Friday, May 30, 2025

Lung cancer screening in primary care: more pragmatic research needed

The US Preventive Services Task Force, the American Academy of Family Physicians, and the American College of Chest Physicians recommend annual low-dose computed tomography (CT) screening for adults 50 to 80 years of age who have at least a 20 pack-year smoking history and currently smoke or have smoked within the past 15 years. A 2020 meta-analysis of eight randomized controlled trials (summarized in a POEM in American Family Physician) concluded that low-dose CT screening prevents one lung cancer death for every 250 people screened. A 2023 Cochrane for Clinicians article found similar benefits but also noted that for every 10,000 people screened, 363 unnecessary invasive tests are performed. Despite private and public insurance plans fully covering lung cancer screening in the United States, only 10% to 30% of eligible individuals in were receiving it in a recent state-by-state survey.

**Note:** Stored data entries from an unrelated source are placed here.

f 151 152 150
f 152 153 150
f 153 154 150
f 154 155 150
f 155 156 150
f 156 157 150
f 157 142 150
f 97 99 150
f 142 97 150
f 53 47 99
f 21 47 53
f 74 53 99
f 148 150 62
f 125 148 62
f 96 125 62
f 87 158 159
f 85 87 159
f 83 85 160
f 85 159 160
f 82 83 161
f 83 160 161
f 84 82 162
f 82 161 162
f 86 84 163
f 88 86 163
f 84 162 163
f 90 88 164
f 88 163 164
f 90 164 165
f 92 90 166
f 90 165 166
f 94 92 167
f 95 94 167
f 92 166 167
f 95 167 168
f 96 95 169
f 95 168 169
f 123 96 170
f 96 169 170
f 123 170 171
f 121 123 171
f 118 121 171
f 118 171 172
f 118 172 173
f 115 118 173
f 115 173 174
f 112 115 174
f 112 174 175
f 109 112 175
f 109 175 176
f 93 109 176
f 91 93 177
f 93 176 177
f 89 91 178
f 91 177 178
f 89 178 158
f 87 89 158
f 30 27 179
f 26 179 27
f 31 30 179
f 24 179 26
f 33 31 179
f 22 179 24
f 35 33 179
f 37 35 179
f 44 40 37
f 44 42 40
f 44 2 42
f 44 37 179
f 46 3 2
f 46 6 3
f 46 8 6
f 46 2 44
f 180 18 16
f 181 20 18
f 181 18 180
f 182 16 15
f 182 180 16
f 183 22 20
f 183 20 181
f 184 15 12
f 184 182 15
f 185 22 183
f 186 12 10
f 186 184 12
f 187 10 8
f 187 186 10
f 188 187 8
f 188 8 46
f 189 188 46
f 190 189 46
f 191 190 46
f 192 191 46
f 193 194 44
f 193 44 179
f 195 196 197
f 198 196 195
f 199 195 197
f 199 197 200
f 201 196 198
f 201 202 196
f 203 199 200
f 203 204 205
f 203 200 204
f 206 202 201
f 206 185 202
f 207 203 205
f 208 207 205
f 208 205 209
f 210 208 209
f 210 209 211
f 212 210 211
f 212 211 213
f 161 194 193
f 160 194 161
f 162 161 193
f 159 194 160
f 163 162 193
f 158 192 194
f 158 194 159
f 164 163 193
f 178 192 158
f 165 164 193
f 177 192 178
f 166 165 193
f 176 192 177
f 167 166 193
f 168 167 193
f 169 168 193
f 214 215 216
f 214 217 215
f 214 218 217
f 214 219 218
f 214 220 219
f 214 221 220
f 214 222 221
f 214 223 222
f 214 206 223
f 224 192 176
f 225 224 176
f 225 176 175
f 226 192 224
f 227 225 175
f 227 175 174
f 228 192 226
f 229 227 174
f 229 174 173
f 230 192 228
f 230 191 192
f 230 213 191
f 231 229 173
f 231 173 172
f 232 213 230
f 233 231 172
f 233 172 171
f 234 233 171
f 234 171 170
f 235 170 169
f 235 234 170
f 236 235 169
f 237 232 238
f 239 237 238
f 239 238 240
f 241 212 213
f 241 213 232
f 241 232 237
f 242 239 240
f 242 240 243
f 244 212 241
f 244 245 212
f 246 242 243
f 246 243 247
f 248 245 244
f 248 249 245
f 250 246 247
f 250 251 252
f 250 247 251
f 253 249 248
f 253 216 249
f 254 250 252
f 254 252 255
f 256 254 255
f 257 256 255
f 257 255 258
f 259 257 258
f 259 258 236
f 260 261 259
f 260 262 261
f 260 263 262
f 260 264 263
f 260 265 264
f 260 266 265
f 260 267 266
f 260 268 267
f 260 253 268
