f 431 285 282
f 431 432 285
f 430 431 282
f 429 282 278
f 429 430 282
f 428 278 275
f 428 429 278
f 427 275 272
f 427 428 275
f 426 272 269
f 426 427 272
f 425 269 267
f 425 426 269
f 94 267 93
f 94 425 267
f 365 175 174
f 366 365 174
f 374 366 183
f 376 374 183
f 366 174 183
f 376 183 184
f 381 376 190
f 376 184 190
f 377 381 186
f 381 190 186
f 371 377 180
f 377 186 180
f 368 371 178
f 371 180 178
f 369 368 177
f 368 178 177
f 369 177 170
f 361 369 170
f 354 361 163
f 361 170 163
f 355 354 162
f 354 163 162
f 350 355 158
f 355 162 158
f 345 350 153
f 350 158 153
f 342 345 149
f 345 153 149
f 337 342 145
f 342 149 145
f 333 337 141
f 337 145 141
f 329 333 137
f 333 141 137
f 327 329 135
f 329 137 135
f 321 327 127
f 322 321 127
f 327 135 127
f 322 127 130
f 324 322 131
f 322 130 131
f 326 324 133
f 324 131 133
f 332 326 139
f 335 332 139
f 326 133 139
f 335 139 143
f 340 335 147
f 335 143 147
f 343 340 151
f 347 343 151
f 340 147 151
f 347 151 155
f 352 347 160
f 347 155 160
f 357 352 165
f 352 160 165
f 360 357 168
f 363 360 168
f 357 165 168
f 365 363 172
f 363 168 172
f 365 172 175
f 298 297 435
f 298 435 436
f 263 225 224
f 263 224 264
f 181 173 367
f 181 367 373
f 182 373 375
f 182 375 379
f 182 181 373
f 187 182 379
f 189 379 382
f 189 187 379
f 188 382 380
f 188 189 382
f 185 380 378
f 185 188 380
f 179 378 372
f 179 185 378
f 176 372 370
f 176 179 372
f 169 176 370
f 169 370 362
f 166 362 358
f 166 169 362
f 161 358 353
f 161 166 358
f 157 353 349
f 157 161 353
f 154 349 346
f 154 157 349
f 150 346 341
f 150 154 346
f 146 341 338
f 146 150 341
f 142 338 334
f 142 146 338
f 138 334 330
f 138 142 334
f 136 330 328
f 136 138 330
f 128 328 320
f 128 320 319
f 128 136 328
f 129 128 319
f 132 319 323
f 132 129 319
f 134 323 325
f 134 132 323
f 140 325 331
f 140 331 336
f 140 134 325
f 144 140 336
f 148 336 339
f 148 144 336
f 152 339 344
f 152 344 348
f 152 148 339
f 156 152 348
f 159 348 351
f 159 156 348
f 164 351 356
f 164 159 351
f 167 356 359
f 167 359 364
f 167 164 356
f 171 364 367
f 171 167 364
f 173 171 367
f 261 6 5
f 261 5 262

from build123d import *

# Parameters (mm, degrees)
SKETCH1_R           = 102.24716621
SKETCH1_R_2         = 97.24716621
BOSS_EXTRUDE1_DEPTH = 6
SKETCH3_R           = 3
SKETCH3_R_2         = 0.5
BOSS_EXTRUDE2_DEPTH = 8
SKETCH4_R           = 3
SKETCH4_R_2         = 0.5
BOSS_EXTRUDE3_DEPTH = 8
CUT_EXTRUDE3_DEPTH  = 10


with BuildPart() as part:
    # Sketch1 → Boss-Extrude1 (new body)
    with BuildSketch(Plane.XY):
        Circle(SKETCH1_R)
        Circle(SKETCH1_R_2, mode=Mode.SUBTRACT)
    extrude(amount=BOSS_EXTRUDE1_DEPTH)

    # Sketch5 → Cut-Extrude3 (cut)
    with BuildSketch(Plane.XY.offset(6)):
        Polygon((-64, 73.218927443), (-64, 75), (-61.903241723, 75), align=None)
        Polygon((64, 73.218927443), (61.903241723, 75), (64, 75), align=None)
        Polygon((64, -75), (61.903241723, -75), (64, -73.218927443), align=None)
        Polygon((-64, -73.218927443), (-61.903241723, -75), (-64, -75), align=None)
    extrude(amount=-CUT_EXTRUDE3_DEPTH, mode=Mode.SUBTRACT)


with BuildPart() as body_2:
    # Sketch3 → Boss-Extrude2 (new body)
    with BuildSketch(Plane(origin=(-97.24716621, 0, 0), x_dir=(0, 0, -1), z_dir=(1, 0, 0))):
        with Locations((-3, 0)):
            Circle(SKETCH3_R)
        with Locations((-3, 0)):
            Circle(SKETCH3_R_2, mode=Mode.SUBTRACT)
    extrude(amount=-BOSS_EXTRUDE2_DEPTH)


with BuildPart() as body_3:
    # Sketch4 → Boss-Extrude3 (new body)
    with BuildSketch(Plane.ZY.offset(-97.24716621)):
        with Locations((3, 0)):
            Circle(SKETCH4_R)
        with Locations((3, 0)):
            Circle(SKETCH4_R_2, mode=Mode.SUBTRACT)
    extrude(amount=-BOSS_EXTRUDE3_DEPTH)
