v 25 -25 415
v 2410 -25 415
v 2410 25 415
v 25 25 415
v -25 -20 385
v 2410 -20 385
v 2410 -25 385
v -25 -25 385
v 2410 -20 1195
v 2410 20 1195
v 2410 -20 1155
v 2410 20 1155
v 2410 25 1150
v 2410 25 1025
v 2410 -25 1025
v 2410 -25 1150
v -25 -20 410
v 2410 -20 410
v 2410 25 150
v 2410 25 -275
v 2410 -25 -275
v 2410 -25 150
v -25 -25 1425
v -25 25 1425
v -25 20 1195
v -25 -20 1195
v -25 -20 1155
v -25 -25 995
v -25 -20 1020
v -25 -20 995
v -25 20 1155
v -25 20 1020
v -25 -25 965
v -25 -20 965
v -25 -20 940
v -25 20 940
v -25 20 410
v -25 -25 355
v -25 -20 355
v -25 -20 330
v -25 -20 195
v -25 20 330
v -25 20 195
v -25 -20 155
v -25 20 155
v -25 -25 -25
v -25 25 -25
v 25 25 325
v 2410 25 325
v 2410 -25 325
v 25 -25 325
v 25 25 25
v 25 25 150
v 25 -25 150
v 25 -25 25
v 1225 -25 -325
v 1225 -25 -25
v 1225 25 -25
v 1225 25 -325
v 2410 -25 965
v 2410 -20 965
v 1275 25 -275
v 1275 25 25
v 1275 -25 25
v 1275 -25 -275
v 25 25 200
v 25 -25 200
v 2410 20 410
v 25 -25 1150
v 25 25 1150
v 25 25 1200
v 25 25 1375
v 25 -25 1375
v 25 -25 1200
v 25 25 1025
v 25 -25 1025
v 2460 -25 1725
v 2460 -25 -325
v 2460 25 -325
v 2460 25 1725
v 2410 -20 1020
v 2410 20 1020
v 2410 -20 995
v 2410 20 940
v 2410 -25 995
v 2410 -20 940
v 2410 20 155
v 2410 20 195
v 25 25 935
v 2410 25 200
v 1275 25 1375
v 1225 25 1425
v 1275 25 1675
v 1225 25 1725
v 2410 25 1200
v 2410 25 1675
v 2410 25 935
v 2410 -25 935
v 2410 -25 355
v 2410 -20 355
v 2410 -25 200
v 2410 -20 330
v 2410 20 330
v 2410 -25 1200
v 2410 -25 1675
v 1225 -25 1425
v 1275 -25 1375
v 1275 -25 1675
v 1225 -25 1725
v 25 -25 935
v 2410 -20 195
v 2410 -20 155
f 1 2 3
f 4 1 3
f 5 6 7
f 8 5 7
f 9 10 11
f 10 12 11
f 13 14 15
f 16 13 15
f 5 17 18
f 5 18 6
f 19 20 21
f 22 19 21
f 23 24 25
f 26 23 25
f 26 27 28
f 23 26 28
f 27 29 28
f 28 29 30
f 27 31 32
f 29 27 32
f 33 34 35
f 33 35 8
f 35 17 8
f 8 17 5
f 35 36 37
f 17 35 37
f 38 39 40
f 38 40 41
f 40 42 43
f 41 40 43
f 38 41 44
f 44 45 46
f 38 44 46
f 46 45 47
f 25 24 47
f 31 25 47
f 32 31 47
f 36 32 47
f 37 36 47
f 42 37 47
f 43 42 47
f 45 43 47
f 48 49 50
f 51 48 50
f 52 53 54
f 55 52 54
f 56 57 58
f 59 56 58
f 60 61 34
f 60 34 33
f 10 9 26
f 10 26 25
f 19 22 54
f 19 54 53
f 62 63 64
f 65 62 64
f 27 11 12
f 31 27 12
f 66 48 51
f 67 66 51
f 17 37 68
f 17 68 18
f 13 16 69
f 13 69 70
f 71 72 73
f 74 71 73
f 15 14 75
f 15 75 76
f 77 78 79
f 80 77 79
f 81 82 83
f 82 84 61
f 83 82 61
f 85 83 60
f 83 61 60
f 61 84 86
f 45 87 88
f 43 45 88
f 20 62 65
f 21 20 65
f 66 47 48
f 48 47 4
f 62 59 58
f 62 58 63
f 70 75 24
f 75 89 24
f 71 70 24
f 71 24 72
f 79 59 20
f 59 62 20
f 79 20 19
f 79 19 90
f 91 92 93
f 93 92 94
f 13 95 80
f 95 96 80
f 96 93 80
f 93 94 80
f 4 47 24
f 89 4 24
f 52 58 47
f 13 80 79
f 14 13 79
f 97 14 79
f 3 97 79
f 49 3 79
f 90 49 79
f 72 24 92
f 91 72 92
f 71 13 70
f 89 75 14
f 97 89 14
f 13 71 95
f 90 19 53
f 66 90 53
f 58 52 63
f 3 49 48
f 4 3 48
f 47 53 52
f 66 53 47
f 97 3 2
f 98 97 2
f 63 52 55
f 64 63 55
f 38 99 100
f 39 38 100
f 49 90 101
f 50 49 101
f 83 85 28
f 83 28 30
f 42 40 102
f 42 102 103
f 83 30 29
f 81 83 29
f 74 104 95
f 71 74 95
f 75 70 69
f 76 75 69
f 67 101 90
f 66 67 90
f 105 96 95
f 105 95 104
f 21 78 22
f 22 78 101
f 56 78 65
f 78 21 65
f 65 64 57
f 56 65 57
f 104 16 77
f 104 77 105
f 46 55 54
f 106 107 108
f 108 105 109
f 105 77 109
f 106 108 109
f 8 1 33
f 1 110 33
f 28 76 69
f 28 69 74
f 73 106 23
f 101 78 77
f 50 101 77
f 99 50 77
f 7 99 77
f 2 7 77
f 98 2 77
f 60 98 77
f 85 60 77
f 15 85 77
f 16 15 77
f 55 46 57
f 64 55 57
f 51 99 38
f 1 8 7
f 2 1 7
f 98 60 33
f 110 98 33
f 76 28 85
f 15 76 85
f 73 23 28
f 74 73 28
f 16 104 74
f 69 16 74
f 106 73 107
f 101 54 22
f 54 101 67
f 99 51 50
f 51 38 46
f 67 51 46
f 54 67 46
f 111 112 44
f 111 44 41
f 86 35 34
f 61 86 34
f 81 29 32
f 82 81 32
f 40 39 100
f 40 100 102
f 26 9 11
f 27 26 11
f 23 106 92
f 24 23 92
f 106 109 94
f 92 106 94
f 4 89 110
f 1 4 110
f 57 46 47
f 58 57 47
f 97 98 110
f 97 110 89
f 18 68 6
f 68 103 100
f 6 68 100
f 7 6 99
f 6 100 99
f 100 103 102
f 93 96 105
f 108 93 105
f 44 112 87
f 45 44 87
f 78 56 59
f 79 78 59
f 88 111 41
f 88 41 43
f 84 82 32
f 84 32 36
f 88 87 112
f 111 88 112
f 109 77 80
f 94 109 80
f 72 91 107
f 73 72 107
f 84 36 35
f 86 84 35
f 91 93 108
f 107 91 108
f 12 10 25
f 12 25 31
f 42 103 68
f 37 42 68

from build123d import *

# Parameters (mm, degrees)
SKETCH2_W           = 50
SKETCH2_H           = 50
BOSS_EXTRUDE1_DEPTH = 2435
CUT_EXTRUDE1_DEPTH  = 80
SKETCH6_W           = 50
SKETCH6_H           = 50
SKETCH6_W_2         = 40
SKETCH6_H_2         = 40
BOSS_EXTRUDE2_DEPTH = 2435
SKETCH7_W           = 40
SKETCH7_H           = 40
CUT_EXTRUDE2_DEPTH  = 80


with BuildPart() as part:
    # Sweep1: sweep along a path in Sketch1
    with BuildLine(Plane(origin=(0, 0, 0), x_dir=(1, 0, 0), z_dir=(0, 1, 0))) as sweep1_path:
        Line((1250, -1400), (1250, -1700))
        Line((1250, -1700), (2435, -1700))
        Line((2435, -1700), (2435, 300))
        Line((2435, 300), (1250, 300))
        Line((1250, 300), (1250, 0))
        Line((1250, 0), (0, 0))
        Line((0, 0), (0, -1400))
        Line((0, -1400), (1250, -1400))
    # Sketch2 → Sweep1 (sweep)
    with BuildSketch(Plane(origin=(0, 0, 0), x_dir=(0, 0, -1), z_dir=(1, 0, 0))):
        Rectangle(SKETCH2_W, SKETCH2_H)
    sweep(path=sweep1_path.line, transition=Transition.RIGHT)

    # Sketch3 → Boss-Extrude1 (add)
    with BuildSketch(Plane.ZY.offset(25)):
        Polygon((415, 25), (325, 25), (325, -25), (355, -25), (355, -20), (330, -20), (330, 20), (410, 20), (410, -20), (385, -20), (385, -25), (415, -25), align=None)
    boss_extrude1 = extrude(amount=-BOSS_EXTRUDE1_DEPTH)

    # Sketch5 → Cut-Extrude1 (cut)
    with BuildSketch(Plane(origin=(25, 0, 0), x_dir=(0, 0, -1), z_dir=(1, 0, 0))):
        Polygon((-385, -25), (-355, -25), (-355, -20), (-330, -20), (-330, 20), (-410, 20), (-410, -20), (-385, -20), align=None)
    cut_extrude1 = extrude(amount=-CUT_EXTRUDE1_DEPTH, mode=Mode.SUBTRACT)

    # Mirror1: Boss-Extrude1, Cut-Extrude1 across plane
    add(boss_extrude1.mirror(Plane(origin=(0, 0, 675), x_dir=(1, 0, 0), z_dir=(0, 0, -1))))
    add(cut_extrude1.mirror(Plane(origin=(0, 0, 675), x_dir=(1, 0, 0), z_dir=(0, 0, -1))), mode=Mode.SUBTRACT)

    # Sketch6 → Boss-Extrude2 (add)
    with BuildSketch(Plane.ZY.offset(25)):
        with Locations((175, 0)):
            Rectangle(SKETCH6_W, SKETCH6_H)
        with Locations((175, 0)):
            Rectangle(SKETCH6_W_2, SKETCH6_H_2, mode=Mode.SUBTRACT)
    boss_extrude2 = extrude(amount=-BOSS_EXTRUDE2_DEPTH)

    # Sketch7 → Cut-Extrude2 (cut)
    with BuildSketch(Plane.ZY.offset(25)):
        with Locations((175, 0)):
            Rectangle(SKETCH7_W, SKETCH7_H)
    cut_extrude2 = extrude(amount=-CUT_EXTRUDE2_DEPTH, mode=Mode.SUBTRACT)

    # Mirror2: Boss-Extrude2, Cut-Extrude2 across plane
    add(boss_extrude2.mirror(Plane(origin=(0, 0, 675), x_dir=(1, 0, 0), z_dir=(0, 0, -1))))
    add(cut_extrude2.mirror(Plane(origin=(0, 0, 675), x_dir=(1, 0, 0), z_dir=(0, 0, -1))), mode=Mode.SUBTRACT)


solid = part.part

Barriers to implementing findings from lung cancer screening trials into typical clinical practice include the nonrepresentative nature of research participants (younger, healthier, and less racially and geographically diverse than the target populations) and the superior infrastructure and clinical support available to them. Although an analysis of the National Lung Screening Trial suggested that the eligible people in the United States would experience similar benefits as trial participants, questions about the generalizability of other studies remain.

In a research paper in the January/February 2025 issue of the Journal of the American Board of Family Medicine, Dr. Erin Hirsch and colleagues rated lung cancer screening trials and the nonrandomized Veterans Health Administration Demonstration Project with an established tool that evaluated each study through a primary care lens. Domains included eligibility, recruitment, setting, organization, flexibility of delivery, flexibility of adherence, follow-up, primary outcome, and primary analysis. The investigators scored studies on a 5-point scale, with 1 being completely explanatory and 5 being completely pragmatic. The mean study scores ranged from 2.12 to 3.33, indicating that even the most pragmatic studies fell well short of simulating conditions in community settings.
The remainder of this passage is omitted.